Step 1: Preheat oven to 350°F (175°C). Grease a 9x5-inch loaf pan or line with parchment paper.
    Step 2: In a mixing bowl, whisk together flour, baking soda, baking powder, salt, pumpkin pie spice, and cinnamon.
      Step 3: In another bowl, combine pumpkin puree, eggs, maple syrup, oil, applesauce, and vanilla extract. Mix until smooth.
        Step 4: Slowly add the wet mixture into the dry ingredients, stirring gently until just combined. Do not overmix.
          Step 5: If using, fold in nuts or chocolate chips.
            Step 6: Pour the batter into the prepared loaf pan and smooth the top. Sprinkle pumpkin seeds on top if desired.
              Step 7: Bake for 45–55 minutes, or until a toothpick inserted into the center comes out clean.
                Step 8: Allow to cool in the pan for 10 minutes before transferring to a wire rack to cool completely.
                  Step 9: Slice and serve warm or at room temperature.

                    Notes

                    🧊 Storage & Reheating
                    Room temperature: Store in an airtight container for up to 3 days.
                    Refrigerator: Store up to 1 week for longer freshness.
                    Freezer: Freeze sliced pumpkin bread for up to 2 months. Thaw overnight in the fridge or microwave for 20 seconds.
                    Reheating: Warm slices in the toaster oven for a cozy, just-baked taste.
                    🥄 Variations
                    Gluten-free: Use a 1:1 gluten-free baking flour blend.
                    Vegan: Replace eggs with 2 flax eggs (2 tbsp flaxseed meal + 6 tbsp water).
                    Extra protein: Add a scoop of vanilla protein powder and reduce flour slightly.
                    Banana pumpkin bread: Swap half the pumpkin puree with mashed banana.
                    Mini loaves or muffins: Bake in a muffin tin (20–22 minutes) or mini loaf pans (25–30 minutes).
                    ❓ 10 FAQs
                    Can I use canned pumpkin puree?
                    – Yes, canned pumpkin puree works perfectly.

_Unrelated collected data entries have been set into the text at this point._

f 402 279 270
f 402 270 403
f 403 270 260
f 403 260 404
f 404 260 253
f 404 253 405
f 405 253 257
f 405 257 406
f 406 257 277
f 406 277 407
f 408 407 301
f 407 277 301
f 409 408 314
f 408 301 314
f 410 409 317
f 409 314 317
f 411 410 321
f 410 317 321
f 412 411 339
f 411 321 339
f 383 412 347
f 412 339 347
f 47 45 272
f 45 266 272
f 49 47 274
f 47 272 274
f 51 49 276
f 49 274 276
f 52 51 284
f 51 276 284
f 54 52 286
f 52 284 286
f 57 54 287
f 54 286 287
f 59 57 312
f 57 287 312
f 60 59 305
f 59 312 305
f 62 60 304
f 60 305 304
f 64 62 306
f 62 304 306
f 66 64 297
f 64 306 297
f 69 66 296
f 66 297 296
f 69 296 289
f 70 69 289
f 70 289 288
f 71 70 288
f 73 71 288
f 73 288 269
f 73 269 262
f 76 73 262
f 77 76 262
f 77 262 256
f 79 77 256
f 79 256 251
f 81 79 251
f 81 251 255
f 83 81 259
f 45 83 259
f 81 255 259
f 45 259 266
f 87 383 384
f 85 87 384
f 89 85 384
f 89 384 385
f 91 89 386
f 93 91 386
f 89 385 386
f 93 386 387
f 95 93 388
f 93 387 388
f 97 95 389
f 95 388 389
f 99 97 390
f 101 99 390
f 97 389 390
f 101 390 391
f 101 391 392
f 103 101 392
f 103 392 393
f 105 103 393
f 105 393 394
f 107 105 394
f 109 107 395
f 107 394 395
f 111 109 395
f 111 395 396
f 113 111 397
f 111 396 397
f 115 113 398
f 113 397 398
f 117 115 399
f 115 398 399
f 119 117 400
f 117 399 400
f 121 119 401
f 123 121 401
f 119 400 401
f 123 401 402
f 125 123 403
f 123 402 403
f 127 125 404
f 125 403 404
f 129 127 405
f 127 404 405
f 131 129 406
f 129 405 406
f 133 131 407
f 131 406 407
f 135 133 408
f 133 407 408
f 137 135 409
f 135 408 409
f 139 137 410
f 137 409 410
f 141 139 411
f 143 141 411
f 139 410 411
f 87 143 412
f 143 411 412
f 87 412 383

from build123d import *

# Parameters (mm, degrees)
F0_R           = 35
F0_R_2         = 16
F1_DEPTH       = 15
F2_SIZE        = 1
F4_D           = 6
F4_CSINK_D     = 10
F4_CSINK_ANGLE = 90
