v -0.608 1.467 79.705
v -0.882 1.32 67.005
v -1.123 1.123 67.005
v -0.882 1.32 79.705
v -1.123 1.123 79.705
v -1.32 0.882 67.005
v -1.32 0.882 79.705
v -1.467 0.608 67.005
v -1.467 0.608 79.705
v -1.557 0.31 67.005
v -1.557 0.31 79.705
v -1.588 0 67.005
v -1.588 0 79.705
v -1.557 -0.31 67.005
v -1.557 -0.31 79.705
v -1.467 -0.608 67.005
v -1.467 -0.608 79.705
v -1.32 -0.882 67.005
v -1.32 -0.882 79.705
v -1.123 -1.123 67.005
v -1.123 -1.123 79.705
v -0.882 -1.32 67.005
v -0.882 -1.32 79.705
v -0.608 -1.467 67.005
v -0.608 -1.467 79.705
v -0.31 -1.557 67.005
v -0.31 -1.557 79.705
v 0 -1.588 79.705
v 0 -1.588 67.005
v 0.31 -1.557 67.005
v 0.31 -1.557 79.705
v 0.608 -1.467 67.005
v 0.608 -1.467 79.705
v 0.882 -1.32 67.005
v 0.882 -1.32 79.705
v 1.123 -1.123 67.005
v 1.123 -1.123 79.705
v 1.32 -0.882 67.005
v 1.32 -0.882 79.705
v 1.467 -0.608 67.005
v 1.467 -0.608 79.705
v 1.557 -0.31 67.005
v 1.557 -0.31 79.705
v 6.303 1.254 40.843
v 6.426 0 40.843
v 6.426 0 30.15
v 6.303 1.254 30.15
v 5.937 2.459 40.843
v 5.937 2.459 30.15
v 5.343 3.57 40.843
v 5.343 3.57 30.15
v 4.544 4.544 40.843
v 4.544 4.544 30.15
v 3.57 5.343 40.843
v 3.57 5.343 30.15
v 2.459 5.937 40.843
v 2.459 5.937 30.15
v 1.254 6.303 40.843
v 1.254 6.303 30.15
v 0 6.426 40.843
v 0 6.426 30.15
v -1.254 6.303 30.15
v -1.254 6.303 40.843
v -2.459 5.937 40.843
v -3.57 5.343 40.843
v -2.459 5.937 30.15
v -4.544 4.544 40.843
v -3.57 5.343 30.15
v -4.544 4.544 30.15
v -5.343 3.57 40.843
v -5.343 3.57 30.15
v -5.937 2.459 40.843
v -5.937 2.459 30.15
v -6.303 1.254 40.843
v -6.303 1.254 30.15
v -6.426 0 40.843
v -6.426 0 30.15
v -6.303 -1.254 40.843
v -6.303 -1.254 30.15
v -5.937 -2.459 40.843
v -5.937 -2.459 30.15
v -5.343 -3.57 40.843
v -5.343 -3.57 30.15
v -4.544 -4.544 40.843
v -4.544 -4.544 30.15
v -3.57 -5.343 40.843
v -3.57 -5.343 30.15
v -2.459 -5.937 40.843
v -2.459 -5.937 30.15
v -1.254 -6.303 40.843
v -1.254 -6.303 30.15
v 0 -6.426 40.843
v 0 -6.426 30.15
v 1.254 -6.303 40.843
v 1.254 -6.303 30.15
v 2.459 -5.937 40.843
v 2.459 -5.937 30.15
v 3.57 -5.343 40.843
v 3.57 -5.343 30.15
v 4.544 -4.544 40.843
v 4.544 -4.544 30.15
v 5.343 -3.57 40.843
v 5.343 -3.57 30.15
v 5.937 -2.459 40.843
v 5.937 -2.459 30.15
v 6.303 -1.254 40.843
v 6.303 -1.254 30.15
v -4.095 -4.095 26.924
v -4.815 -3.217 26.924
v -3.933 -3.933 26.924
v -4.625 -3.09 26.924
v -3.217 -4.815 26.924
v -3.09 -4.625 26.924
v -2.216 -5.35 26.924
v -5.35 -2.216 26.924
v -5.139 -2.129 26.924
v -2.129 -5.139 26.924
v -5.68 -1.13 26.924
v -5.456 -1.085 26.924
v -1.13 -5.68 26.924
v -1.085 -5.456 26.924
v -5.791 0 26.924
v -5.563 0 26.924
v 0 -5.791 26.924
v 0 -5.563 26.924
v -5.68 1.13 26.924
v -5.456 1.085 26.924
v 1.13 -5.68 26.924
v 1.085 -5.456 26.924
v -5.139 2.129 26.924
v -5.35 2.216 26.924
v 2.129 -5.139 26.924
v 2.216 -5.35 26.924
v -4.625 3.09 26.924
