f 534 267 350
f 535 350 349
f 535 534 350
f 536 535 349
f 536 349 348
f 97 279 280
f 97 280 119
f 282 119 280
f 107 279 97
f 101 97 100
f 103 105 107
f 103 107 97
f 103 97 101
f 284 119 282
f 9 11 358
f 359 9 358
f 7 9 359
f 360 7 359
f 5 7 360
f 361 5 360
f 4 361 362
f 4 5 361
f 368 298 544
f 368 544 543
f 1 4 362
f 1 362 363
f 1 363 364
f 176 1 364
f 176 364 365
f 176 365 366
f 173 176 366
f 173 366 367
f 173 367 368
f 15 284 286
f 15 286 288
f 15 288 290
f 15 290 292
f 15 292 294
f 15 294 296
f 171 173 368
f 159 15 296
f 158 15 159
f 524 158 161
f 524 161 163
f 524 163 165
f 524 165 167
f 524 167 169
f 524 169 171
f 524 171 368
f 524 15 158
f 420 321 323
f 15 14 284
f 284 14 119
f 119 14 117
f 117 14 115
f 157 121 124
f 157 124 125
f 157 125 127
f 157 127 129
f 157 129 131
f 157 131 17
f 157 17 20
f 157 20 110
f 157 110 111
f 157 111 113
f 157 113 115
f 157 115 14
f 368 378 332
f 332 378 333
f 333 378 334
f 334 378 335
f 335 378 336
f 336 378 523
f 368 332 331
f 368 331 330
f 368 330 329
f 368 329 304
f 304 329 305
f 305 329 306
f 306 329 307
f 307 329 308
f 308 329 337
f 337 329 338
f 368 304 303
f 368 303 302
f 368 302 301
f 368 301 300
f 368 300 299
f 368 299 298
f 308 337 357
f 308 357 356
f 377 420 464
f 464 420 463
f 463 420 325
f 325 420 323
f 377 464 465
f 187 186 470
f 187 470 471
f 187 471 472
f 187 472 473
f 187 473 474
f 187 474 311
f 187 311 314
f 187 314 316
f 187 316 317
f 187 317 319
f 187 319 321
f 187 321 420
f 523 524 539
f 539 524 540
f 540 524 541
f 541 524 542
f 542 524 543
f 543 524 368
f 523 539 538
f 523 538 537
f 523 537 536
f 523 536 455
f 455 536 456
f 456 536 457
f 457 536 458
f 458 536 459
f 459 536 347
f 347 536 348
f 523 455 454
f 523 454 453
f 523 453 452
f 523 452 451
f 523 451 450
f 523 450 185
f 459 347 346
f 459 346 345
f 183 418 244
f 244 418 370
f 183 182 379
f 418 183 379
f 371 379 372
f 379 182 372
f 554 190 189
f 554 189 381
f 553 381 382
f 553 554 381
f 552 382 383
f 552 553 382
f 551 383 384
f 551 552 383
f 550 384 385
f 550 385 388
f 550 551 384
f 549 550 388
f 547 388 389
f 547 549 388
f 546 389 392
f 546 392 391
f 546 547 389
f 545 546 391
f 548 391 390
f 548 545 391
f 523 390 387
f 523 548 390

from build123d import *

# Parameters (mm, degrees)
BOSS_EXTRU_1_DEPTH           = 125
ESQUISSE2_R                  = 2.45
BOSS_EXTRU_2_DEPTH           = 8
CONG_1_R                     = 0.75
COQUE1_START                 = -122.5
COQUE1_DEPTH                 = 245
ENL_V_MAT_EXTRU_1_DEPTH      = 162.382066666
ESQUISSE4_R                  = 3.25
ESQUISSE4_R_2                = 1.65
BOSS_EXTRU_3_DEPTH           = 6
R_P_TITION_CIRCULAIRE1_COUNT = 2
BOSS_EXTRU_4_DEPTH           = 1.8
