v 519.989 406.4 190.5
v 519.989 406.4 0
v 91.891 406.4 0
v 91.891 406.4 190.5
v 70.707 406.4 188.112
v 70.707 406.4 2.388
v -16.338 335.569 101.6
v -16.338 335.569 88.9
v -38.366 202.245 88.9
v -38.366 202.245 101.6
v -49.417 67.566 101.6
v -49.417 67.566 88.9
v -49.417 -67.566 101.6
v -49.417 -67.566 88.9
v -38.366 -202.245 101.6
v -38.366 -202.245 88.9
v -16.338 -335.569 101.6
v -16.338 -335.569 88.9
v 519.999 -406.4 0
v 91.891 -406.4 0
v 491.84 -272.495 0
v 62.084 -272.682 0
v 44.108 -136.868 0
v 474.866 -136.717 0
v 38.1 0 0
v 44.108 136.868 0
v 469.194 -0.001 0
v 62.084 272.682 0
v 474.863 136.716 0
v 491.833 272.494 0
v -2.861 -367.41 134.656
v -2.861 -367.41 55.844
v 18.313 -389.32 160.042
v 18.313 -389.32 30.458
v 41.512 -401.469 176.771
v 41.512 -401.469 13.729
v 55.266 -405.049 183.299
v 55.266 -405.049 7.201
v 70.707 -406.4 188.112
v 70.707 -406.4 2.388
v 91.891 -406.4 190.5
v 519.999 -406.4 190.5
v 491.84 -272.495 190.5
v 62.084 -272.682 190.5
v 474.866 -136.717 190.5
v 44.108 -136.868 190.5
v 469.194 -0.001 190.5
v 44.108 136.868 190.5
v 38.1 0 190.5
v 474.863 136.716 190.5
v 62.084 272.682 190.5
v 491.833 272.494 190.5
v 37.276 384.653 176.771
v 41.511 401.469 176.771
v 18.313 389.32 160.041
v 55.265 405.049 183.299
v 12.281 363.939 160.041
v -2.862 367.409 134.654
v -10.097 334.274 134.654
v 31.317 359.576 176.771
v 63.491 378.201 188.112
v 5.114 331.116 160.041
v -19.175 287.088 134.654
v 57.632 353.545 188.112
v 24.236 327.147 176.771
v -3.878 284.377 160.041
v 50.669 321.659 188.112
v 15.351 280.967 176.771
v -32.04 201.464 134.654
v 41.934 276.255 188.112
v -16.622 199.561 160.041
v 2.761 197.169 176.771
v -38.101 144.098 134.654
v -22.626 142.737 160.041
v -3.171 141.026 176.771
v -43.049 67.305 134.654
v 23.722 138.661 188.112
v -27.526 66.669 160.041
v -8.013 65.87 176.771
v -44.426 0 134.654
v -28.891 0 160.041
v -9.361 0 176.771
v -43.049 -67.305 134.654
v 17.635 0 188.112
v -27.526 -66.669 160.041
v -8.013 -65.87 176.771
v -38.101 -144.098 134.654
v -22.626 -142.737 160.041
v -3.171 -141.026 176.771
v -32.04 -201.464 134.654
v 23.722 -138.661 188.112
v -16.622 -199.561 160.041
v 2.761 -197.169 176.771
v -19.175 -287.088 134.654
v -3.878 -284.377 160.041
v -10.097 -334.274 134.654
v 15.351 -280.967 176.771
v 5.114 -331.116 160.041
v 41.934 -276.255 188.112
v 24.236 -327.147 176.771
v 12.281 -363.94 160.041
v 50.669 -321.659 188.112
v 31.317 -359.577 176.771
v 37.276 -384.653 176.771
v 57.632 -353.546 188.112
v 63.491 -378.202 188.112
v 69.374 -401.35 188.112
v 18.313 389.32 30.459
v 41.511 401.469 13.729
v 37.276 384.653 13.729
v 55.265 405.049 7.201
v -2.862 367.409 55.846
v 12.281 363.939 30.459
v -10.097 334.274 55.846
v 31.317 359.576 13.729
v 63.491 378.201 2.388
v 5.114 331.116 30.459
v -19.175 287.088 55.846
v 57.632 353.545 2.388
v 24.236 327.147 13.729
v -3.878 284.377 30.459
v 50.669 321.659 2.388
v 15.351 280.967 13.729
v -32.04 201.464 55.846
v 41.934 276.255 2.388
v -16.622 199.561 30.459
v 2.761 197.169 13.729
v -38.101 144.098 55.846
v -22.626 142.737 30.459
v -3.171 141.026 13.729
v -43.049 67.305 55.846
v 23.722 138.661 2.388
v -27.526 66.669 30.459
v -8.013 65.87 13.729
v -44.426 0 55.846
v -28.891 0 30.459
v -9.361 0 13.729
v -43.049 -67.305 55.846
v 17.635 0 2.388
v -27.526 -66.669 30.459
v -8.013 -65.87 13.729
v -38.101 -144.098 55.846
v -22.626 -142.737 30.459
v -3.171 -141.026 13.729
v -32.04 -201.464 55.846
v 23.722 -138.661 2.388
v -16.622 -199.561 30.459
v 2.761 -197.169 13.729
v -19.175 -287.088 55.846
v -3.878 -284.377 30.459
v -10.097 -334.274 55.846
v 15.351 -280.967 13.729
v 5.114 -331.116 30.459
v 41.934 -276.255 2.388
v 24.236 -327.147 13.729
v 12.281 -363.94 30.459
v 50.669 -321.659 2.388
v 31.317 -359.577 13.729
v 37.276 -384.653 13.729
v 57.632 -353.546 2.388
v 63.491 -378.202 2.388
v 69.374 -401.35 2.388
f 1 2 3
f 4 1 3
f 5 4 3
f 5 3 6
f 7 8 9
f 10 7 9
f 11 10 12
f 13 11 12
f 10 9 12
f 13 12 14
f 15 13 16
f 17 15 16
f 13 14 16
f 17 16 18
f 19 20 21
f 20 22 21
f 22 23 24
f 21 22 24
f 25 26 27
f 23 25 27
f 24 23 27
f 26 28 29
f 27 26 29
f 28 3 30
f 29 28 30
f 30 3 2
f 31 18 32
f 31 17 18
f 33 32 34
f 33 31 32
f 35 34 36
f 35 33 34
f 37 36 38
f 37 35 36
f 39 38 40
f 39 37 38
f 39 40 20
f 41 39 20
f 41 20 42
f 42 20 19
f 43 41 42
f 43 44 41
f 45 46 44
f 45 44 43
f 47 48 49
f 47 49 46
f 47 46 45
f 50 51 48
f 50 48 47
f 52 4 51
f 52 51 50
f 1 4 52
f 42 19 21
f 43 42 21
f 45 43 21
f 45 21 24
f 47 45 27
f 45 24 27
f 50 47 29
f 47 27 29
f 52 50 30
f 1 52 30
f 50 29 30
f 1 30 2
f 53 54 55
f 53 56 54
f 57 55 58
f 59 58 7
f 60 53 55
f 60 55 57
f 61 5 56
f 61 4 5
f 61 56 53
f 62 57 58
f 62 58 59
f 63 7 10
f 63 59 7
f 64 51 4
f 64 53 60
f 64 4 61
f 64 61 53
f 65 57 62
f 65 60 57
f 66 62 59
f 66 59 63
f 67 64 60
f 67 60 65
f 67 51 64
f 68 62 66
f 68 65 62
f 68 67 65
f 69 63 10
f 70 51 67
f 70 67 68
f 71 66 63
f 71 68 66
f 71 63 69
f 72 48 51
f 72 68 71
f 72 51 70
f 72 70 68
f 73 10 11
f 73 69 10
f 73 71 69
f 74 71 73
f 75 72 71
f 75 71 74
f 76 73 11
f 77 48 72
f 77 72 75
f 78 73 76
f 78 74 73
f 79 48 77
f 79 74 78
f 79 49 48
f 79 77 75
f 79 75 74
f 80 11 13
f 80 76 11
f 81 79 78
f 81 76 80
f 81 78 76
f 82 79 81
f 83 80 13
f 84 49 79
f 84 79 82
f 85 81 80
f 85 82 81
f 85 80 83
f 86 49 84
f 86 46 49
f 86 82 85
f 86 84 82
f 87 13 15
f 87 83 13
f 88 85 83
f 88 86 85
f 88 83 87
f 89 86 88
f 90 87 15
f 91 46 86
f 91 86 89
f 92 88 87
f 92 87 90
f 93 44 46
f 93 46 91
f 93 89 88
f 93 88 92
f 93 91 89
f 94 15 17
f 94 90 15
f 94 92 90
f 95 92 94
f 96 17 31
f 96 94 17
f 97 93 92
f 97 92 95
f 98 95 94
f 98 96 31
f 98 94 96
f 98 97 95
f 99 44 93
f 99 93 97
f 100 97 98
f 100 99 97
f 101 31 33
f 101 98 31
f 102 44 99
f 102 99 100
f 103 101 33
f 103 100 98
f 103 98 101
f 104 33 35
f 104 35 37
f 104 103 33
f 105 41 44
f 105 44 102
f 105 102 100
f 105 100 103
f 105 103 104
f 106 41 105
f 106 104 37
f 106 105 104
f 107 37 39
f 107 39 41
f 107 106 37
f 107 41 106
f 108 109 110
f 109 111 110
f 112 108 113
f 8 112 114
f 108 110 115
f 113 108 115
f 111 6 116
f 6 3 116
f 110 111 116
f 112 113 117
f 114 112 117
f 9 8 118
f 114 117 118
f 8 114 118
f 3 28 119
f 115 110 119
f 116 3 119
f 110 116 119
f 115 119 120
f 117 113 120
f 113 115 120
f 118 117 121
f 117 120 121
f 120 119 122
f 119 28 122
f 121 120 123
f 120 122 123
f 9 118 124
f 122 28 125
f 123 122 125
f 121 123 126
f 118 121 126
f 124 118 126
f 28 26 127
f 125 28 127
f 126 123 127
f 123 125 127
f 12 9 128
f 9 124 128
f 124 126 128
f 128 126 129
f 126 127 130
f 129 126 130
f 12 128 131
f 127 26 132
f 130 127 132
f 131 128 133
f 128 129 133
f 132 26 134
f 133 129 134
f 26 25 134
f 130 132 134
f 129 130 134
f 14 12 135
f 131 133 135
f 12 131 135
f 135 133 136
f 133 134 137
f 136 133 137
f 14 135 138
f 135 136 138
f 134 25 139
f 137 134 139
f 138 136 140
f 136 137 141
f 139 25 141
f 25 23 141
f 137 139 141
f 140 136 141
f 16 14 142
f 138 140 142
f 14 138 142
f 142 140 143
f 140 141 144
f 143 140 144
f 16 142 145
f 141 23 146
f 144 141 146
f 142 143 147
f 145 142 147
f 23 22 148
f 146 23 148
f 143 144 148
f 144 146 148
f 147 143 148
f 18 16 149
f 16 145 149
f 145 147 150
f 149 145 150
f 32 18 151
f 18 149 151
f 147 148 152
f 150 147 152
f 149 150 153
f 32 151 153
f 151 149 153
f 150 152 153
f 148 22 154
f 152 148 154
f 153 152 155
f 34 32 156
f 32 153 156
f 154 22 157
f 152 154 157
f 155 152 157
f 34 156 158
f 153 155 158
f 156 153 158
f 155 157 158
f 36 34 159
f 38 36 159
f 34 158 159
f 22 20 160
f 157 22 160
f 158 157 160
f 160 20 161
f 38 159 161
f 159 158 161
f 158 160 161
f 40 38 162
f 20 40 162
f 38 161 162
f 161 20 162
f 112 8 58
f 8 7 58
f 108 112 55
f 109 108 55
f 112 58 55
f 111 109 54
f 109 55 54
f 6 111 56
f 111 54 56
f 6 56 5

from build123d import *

# Parameters (mm, degrees)
F1_DEPTH = 190.5
F2_R     = 88.9


with BuildPart() as f1:
    # F0 (on Top) → F1 (new body)
    with BuildSketch(Plane.XY):
        with BuildLine():
            Line((0, -406.4), (0, 0))
            Line((0, 0), (0, 406.4))
            ThreePointArc((0, 406.4), (-50.8, 0), (0, -406.4))
        make_face()
        with BuildLine():
            Line((0, 406.4), (0, 0))
            Line((0, 0), (0, -406.4))
            Line((0, -406.4), (519.99896, -406.4))
            ThreePointArc((519.99896, -406.4), (469.19388, -0.000635), (519.9888, 406.4))
            Line((519.9888, 406.4), (0, 406.4))
        make_face()
    extrude(amount=F1_DEPTH)

    # F2
    f2_edges = [f1.edges().sort_by_distance(p)[0] for p in [
        (0, 406.4, 95.25),
        (0, -406.4, 95.25),
        (-50.8, 0, 0),
        (-50.8, 0, 190.5),
    ]]
    fillet(f2_edges, radius=F2_R)


solid = f1.part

                    What’s the difference between puree and pumpkin pie filling?
                    – Pie filling has added sugar and spices; puree is plain pumpkin.
                    Can I reduce the sweetener?
                    – Yes, use ⅓ cup maple syrup for a less sweet bread.
                    Can I make this oil-free?
                    – Replace oil with more applesauce, but bread will be less moist.
                    How do I know when it’s done?
                    – A toothpick should come out clean or with a few crumbs, not wet batter.
                    Can I use almond flour?
                    – Not as a direct swap. Use a tested almond flour pumpkin bread recipe instead.
                    Is this bread freezer-friendly?
                    – Yes! Slice before freezing for easy grab-and-go portions.
                    What’s the best topping for pumpkin bread?
                    – Cream cheese spread, nut butter, or a drizzle of honey.
                    Can I add chocolate chips?
                    – Absolutely, ½ cup makes it extra indulgent.
                    How can I make it fluffier?
                    – Don’t overmix the batter and make sure your baking soda/powder are fresh.
                    🏁 Conclusion
                    This Healthy Pumpkin Bread is moist, perfectly spiced, and made with wholesome ingredients that make it a guilt-free seasonal treat. It’s proof that healthy doesn’t have to mean boring — every slice is full of flavor and cozy fall vibes. Enjoy it warm for breakfast, pack it in lunchboxes, or serve it at gatherings for a delicious, lighter twist on classic pumpkin bread.